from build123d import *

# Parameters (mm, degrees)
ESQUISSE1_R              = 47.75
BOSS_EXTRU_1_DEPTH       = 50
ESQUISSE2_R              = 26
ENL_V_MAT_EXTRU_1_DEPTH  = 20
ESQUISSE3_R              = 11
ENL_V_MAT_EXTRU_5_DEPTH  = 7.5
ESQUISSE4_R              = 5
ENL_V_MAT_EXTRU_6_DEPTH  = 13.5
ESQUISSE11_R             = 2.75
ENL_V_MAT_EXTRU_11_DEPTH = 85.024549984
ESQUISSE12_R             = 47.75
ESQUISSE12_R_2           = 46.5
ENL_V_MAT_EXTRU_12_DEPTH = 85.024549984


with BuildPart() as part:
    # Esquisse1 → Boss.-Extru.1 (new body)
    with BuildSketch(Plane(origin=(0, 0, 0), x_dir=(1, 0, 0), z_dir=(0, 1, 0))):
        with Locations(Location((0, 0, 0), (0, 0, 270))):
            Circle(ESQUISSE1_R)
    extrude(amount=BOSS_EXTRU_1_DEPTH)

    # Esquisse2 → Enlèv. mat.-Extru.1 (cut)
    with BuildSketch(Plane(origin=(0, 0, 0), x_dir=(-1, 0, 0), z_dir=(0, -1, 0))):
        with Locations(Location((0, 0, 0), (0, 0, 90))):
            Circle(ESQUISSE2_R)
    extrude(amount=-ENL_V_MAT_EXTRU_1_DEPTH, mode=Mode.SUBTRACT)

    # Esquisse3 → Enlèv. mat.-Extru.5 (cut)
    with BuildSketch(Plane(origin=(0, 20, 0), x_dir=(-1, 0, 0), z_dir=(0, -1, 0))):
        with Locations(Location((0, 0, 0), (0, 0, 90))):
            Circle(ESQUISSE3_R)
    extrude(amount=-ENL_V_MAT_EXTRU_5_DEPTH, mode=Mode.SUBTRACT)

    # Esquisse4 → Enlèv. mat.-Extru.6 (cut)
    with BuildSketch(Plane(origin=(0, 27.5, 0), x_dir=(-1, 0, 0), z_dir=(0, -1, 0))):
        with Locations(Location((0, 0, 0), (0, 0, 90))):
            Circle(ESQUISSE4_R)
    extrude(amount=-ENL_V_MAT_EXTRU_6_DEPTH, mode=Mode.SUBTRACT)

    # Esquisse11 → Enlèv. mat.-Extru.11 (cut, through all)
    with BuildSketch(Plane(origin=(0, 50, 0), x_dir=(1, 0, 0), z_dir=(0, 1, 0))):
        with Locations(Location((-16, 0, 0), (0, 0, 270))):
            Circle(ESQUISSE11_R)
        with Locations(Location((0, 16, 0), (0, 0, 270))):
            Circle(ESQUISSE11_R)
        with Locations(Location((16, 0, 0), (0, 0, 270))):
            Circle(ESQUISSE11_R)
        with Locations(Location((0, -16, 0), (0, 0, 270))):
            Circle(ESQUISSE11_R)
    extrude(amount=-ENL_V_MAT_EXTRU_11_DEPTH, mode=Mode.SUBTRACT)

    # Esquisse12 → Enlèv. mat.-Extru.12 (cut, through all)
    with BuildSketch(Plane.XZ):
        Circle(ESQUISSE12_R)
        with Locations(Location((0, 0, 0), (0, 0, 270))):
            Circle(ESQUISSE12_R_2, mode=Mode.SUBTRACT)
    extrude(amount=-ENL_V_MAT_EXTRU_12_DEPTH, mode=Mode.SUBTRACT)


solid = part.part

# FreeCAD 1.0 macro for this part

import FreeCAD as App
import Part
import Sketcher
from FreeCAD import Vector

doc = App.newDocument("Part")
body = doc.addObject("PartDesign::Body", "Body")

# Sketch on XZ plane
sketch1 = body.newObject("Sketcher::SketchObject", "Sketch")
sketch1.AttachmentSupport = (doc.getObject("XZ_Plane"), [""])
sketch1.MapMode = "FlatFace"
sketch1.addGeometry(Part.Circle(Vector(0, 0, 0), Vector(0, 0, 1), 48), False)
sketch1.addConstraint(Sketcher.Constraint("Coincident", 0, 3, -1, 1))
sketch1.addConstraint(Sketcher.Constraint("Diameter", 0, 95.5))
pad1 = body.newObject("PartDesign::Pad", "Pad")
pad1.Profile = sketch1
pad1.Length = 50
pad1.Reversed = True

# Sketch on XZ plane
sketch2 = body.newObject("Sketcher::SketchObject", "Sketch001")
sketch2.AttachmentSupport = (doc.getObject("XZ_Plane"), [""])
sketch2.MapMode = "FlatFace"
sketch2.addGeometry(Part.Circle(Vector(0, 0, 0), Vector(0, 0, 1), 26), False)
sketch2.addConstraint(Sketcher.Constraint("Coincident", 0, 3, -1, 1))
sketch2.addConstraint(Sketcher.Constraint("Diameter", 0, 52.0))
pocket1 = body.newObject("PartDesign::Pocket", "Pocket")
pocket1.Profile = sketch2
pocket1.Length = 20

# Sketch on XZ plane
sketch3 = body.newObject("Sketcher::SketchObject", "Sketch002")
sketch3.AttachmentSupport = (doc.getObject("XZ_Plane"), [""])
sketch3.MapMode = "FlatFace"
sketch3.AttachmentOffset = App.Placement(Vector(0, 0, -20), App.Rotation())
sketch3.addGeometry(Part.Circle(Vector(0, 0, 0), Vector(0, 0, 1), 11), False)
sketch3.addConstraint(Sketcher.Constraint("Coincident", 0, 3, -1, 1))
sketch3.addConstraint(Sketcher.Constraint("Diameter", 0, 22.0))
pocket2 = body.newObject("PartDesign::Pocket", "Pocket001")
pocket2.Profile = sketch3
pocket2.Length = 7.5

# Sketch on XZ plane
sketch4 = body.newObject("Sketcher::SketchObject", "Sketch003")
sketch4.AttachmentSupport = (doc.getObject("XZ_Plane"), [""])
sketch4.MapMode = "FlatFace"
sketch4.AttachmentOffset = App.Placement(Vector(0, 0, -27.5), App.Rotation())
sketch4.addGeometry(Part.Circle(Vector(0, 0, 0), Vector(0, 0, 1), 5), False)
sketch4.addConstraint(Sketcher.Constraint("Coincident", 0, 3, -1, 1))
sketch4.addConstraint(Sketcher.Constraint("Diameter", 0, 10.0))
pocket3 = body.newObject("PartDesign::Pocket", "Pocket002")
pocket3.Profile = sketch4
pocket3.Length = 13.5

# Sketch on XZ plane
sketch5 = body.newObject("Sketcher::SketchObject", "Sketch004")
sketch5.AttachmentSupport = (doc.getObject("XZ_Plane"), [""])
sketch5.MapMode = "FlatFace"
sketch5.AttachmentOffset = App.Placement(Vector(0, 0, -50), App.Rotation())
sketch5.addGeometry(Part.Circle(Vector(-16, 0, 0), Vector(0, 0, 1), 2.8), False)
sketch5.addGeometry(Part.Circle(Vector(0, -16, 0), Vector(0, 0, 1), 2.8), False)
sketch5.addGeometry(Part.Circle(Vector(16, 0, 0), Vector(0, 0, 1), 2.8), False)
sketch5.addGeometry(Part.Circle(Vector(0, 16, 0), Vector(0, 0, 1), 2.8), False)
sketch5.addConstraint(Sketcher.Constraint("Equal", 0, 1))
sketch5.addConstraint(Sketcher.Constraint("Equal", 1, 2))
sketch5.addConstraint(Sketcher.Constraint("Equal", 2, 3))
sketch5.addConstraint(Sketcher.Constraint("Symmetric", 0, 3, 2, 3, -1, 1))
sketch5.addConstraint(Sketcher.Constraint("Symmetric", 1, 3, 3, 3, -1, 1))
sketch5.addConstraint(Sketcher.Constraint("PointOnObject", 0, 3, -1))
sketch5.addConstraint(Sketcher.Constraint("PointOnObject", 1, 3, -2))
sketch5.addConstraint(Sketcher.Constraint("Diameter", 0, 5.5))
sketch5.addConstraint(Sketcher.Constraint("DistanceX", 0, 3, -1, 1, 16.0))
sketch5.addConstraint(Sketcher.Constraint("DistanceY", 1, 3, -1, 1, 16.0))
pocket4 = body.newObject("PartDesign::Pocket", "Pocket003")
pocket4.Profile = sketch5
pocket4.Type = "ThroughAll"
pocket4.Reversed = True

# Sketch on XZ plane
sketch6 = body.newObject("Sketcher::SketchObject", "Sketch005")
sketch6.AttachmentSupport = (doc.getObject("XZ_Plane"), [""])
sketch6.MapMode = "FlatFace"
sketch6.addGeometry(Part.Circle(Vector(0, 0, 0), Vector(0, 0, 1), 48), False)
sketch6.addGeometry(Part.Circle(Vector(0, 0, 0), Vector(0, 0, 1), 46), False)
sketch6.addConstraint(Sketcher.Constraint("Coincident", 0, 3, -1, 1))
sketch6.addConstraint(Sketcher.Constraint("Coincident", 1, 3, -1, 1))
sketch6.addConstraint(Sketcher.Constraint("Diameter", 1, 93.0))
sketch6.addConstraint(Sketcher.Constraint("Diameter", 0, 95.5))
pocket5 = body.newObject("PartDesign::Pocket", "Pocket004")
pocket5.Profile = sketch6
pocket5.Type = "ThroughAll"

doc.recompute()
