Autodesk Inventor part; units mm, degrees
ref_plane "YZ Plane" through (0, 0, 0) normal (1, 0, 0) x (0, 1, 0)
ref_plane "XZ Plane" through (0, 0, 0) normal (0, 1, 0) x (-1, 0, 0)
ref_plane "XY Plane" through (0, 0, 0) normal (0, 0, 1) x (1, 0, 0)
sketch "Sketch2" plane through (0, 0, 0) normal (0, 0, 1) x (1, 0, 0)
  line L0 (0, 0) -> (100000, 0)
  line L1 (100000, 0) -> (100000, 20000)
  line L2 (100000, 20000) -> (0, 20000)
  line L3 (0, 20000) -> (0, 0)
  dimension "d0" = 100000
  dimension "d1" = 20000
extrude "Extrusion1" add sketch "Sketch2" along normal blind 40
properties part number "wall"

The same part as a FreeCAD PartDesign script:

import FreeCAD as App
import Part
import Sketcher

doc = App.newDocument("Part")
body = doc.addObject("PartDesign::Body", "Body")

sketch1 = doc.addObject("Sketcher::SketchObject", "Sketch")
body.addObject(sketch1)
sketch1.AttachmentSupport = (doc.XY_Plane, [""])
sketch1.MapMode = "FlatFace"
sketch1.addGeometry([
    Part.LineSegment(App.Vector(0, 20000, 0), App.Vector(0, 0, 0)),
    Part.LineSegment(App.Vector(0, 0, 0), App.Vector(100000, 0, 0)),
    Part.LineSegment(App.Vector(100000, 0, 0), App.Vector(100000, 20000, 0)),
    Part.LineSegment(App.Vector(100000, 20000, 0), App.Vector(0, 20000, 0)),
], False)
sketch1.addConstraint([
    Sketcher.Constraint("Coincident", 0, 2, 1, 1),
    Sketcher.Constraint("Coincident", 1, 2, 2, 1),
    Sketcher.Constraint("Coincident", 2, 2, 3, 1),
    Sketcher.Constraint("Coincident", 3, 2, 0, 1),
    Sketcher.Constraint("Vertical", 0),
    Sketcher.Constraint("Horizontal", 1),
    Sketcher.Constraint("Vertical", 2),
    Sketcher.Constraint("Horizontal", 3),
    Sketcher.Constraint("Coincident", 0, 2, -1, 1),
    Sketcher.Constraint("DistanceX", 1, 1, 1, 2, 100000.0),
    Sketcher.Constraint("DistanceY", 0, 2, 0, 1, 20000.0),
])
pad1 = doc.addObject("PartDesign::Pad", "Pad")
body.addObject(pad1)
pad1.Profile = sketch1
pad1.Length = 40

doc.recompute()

********************

ASSIGNMENT:
Nothing but the lines from the start of the data through the line holding "extrude(amount=-ENL_V_MAT_EXTRU_1_DEPTH, mode=Mode.SUBTRACT)" should be restated, and each one exactly.

TASK RESULT:
from build123d import *

# Parameters (mm, degrees)
ESQUISSE1_R              = 47.75
BOSS_EXTRU_1_DEPTH       = 50
ESQUISSE2_R              = 26
ENL_V_MAT_EXTRU_1_DEPTH  = 20
ESQUISSE3_R              = 11
ENL_V_MAT_EXTRU_5_DEPTH  = 7.5
ESQUISSE4_R              = 5
ENL_V_MAT_EXTRU_6_DEPTH  = 13.5
ESQUISSE11_R             = 2.75
ENL_V_MAT_EXTRU_11_DEPTH = 85.024549984
ESQUISSE12_R             = 47.75
ESQUISSE12_R_2           = 46.5
ENL_V_MAT_EXTRU_12_DEPTH = 85.024549984


with BuildPart() as part:
    # Esquisse1 → Boss.-Extru.1 (new body)
    with BuildSketch(Plane(origin=(0, 0, 0), x_dir=(1, 0, 0), z_dir=(0, 1, 0))):
        with Locations(Location((0, 0, 0), (0, 0, 270))):
            Circle(ESQUISSE1_R)
    extrude(amount=BOSS_EXTRU_1_DEPTH)

    # Esquisse2 → Enlèv. mat.-Extru.1 (cut)
    with BuildSketch(Plane(origin=(0, 0, 0), x_dir=(-1, 0, 0), z_dir=(0, -1, 0))):
        with Locations(Location((0, 0, 0), (0, 0, 90))):
            Circle(ESQUISSE2_R)
    extrude(amount=-ENL_V_MAT_EXTRU_1_DEPTH, mode=Mode.SUBTRACT)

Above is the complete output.